- Exercise requirements -
Look through the records below and give the number of lines holding the string "with", nothing more.

(Records for the exercise Opens)

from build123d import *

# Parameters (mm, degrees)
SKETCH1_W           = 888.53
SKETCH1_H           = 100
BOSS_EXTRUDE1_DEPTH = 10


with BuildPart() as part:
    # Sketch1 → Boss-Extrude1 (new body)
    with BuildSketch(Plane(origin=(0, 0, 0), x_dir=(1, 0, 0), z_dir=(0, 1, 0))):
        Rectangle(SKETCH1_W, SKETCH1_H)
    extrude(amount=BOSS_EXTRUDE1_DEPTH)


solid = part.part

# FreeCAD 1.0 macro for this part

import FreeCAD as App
import Part
import Sketcher

V = App.Vector

doc = App.newDocument("Part")
body = doc.addObject("PartDesign::Body", "Body")

sketch1 = body.newObject("Sketcher::SketchObject", "Sketch")
sketch1.AttachmentSupport = (doc.getObject("XZ_Plane"), [""])
sketch1.MapMode = "FlatFace"
sketch1.addGeometry(Part.LineSegment(V(-444, -50, 0), V(-444, 50, 0)), False)
sketch1.addGeometry(Part.LineSegment(V(-444, 50, 0), V(444, 50, 0)), False)
sketch1.addGeometry(Part.LineSegment(V(444, 50, 0), V(444, -50, 0)), False)
sketch1.addGeometry(Part.LineSegment(V(444, -50, 0), V(-444, -50, 0)), False)
sketch1.addConstraint(Sketcher.Constraint("Coincident", 0, 2, 1, 1))
sketch1.addConstraint(Sketcher.Constraint("Coincident", 1, 2, 2, 1))
sketch1.addConstraint(Sketcher.Constraint("Coincident", 2, 2, 3, 1))
sketch1.addConstraint(Sketcher.Constraint("Coincident", 3, 2, 0, 1))
sketch1.addConstraint(Sketcher.Constraint("Vertical", 0))
sketch1.addConstraint(Sketcher.Constraint("Horizontal", 1))
sketch1.addConstraint(Sketcher.Constraint("Vertical", 2))
sketch1.addConstraint(Sketcher.Constraint("Horizontal", 3))
sketch1.addConstraint(Sketcher.Constraint("Symmetric", 0, 2, 2, 2, -1, 1))
sketch1.addConstraint(Sketcher.Constraint("DistanceY", 0, 1, 0, 2, 100.0))
sketch1.addConstraint(Sketcher.Constraint("DistanceX", 1, 1, 1, 2, 888.53))
pad1 = body.newObject("PartDesign::Pad", "Pad")
pad1.Profile = sketch1
pad1.Length = 10
pad1.Reversed = True

doc.recompute()
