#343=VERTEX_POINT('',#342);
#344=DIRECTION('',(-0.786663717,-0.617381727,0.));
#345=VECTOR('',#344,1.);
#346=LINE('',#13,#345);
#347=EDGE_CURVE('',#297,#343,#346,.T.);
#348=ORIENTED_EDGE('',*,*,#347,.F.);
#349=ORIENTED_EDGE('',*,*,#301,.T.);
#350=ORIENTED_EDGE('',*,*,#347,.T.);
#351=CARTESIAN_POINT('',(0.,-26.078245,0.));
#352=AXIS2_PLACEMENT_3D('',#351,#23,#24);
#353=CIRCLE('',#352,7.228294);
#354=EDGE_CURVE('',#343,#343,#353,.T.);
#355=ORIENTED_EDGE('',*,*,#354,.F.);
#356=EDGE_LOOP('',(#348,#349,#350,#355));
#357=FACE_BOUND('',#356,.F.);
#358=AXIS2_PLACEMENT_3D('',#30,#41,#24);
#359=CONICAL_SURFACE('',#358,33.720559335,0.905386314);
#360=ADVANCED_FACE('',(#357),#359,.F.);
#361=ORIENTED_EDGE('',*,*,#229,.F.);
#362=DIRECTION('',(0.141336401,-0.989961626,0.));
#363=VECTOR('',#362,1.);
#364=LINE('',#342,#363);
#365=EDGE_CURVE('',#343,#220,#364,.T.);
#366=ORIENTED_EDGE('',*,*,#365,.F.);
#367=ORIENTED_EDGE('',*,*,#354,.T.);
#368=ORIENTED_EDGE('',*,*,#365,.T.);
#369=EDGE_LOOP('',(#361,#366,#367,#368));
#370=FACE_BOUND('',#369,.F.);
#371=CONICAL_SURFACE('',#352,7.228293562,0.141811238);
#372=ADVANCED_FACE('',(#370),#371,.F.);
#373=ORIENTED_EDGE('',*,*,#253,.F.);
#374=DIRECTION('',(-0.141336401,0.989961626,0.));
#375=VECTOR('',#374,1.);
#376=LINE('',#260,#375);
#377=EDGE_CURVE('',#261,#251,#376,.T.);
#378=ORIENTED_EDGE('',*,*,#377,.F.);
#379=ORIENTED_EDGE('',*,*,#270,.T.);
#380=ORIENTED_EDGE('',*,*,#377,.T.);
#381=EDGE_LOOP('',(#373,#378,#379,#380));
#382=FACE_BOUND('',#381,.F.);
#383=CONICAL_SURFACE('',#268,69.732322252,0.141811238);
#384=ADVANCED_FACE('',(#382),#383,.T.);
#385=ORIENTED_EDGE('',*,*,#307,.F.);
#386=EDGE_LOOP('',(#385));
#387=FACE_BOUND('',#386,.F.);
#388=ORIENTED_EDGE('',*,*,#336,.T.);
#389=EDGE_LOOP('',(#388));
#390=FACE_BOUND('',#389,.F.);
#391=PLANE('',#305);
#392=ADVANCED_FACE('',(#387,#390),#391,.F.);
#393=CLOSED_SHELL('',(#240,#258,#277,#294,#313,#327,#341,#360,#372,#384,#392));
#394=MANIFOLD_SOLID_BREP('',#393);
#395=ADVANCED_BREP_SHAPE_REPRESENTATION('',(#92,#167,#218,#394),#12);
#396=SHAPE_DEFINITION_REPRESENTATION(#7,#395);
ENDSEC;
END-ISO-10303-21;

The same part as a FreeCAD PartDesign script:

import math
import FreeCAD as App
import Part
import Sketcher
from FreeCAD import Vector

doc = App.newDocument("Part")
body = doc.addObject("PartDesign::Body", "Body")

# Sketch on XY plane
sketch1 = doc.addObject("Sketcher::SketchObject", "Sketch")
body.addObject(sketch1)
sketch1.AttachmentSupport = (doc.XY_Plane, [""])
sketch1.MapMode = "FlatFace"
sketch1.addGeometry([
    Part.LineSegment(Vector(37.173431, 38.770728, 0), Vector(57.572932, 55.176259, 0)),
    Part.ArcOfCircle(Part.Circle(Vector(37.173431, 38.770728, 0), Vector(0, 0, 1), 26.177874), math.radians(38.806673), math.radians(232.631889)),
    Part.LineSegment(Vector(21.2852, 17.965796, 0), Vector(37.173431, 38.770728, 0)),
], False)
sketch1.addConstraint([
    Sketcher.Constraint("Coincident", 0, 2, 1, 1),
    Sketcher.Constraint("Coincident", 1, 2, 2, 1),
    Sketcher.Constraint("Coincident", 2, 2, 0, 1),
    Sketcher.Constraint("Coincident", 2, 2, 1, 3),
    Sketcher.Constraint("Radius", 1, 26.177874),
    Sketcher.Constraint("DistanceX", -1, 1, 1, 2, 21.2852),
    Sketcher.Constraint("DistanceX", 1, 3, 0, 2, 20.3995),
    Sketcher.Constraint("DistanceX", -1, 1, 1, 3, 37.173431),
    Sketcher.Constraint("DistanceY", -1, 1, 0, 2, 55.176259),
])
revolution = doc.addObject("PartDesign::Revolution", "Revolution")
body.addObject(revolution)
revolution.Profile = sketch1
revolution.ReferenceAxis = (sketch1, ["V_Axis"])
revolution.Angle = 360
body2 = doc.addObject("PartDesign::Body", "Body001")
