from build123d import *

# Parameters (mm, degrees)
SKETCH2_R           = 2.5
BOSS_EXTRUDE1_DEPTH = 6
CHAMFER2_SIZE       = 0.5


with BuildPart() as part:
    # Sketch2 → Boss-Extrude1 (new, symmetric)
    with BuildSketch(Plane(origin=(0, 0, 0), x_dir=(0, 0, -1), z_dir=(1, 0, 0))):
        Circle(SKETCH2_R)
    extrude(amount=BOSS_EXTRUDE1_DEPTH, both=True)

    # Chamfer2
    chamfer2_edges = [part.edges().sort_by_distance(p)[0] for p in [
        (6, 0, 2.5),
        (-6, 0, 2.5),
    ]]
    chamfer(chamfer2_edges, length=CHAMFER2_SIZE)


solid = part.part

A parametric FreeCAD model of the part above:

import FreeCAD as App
import Part
import Sketcher
from FreeCAD import Vector


def edges_at(feature, points):
    """Names of the edges that pass closest to the given points."""
    edges = feature.Shape.Edges
    near = lambda p: min(range(len(edges)), key=lambda i: edges[i].distToShape(Part.Vertex(*p))[0])
    return sorted({f"Edge{near(p) + 1}" for p in points})

doc = App.newDocument("Part")
body = doc.addObject("PartDesign::Body", "Body")

sketch1 = body.newObject("Sketcher::SketchObject", "Sketch")
sketch1.AttachmentSupport = (doc.getObject("YZ_Plane"), [""])
sketch1.MapMode = "FlatFace"
sketch1.addGeometry(Part.Circle(Vector(0, 0, 0), Vector(0, 0, 1), 2.5), False)
sketch1.addConstraint([
    Sketcher.Constraint("Coincident", 0, 3, -1, 1),
    Sketcher.Constraint("Diameter", 0, 5.0),
])
pad1 = body.newObject("PartDesign::Pad", "Pad")
pad1.Profile = sketch1
pad1.Length = 12
pad1.Midplane = True
doc.recompute()

chamfer = body.newObject("PartDesign::Chamfer", "Chamfer")
chamfer.Base = (pad1, edges_at(pad1, [(6, 0, 2.5), (-6, 0, 2.5)]))
chamfer.Size = 0.5

doc.recompute()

(Records for the exercise Closes)

- Written response -
4